Problem to work on
Reproduce the first line of the material below and each line after it, exactly, through the line containing "v 38 5 -6.566", and give nothing more.
- - - - -
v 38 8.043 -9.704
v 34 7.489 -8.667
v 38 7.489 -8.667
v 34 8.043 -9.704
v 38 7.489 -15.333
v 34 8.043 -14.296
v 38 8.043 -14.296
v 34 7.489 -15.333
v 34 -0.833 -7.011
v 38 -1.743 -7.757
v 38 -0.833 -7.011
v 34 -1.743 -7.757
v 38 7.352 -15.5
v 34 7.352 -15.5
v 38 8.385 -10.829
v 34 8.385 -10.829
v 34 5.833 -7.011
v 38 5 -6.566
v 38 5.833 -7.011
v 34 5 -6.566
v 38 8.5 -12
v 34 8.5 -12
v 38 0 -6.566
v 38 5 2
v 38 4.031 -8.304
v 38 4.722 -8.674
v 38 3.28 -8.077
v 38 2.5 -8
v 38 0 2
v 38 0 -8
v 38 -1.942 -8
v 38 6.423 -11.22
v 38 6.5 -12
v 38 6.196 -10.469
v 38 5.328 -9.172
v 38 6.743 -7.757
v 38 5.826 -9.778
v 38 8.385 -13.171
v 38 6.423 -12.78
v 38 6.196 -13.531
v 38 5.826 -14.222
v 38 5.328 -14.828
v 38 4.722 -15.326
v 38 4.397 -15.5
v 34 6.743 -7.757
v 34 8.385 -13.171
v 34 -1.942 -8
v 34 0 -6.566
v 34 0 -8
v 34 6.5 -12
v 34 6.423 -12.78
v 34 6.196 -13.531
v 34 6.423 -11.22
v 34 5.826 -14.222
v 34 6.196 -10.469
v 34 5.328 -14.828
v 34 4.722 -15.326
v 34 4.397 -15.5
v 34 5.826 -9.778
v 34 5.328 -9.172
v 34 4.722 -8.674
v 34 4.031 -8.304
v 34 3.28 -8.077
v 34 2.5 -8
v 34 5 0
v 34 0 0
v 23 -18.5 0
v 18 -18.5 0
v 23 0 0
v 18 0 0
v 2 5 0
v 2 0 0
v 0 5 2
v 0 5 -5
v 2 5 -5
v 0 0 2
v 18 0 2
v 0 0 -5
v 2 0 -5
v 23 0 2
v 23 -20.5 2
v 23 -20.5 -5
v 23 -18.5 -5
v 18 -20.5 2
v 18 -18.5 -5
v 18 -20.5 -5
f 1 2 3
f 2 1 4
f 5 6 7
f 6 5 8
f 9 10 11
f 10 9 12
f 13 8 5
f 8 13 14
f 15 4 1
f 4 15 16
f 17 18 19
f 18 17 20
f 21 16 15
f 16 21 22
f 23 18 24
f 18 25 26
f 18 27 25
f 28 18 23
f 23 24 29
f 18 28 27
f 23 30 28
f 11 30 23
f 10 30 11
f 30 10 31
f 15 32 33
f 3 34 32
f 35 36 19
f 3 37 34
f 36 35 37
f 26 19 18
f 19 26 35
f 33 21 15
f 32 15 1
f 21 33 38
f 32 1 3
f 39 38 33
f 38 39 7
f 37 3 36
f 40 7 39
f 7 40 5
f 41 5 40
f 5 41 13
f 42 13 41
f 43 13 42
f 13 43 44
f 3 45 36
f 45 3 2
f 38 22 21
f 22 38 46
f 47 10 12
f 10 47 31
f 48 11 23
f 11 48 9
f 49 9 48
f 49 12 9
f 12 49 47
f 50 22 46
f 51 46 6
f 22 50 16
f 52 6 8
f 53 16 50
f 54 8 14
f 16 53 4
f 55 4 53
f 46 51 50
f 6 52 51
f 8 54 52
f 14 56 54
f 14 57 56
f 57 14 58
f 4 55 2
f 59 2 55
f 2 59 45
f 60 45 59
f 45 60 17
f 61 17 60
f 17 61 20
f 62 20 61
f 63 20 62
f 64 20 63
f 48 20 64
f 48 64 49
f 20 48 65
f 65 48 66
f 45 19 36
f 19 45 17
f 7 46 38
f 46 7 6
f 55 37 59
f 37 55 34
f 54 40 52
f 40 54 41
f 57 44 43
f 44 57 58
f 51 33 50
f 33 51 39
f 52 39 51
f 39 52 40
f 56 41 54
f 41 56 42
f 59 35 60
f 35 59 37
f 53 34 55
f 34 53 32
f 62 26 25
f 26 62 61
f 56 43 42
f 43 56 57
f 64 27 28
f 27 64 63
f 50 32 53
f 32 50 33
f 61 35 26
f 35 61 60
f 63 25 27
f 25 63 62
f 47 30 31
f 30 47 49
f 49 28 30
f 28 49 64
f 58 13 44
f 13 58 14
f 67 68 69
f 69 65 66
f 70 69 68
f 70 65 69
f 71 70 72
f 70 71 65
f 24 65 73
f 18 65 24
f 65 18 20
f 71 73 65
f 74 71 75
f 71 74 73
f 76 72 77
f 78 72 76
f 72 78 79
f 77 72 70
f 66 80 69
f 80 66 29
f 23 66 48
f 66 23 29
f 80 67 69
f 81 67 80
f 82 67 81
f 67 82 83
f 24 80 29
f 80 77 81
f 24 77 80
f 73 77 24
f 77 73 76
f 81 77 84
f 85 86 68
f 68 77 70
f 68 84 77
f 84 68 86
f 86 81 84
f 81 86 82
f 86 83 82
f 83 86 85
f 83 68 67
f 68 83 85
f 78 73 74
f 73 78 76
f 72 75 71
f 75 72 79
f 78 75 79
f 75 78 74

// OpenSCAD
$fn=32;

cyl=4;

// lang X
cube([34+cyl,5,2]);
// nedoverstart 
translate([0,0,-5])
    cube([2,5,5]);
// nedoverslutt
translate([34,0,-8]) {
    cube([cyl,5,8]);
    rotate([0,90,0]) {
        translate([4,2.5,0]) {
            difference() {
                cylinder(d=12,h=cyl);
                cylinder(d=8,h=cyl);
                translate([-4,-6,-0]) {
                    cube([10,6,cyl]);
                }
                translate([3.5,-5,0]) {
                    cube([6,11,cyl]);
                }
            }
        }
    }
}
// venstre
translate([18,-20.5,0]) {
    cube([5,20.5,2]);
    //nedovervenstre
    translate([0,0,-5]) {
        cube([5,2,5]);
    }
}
- - - - -
Reply
v 38 8.043 -9.704
v 34 7.489 -8.667
v 38 7.489 -8.667
v 34 8.043 -9.704
v 38 7.489 -15.333
v 34 8.043 -14.296
v 38 8.043 -14.296
v 34 7.489 -15.333
v 34 -0.833 -7.011
v 38 -1.743 -7.757
v 38 -0.833 -7.011
v 34 -1.743 -7.757
v 38 7.352 -15.5
v 34 7.352 -15.5
v 38 8.385 -10.829
v 34 8.385 -10.829
v 34 5.833 -7.011
v 38 5 -6.566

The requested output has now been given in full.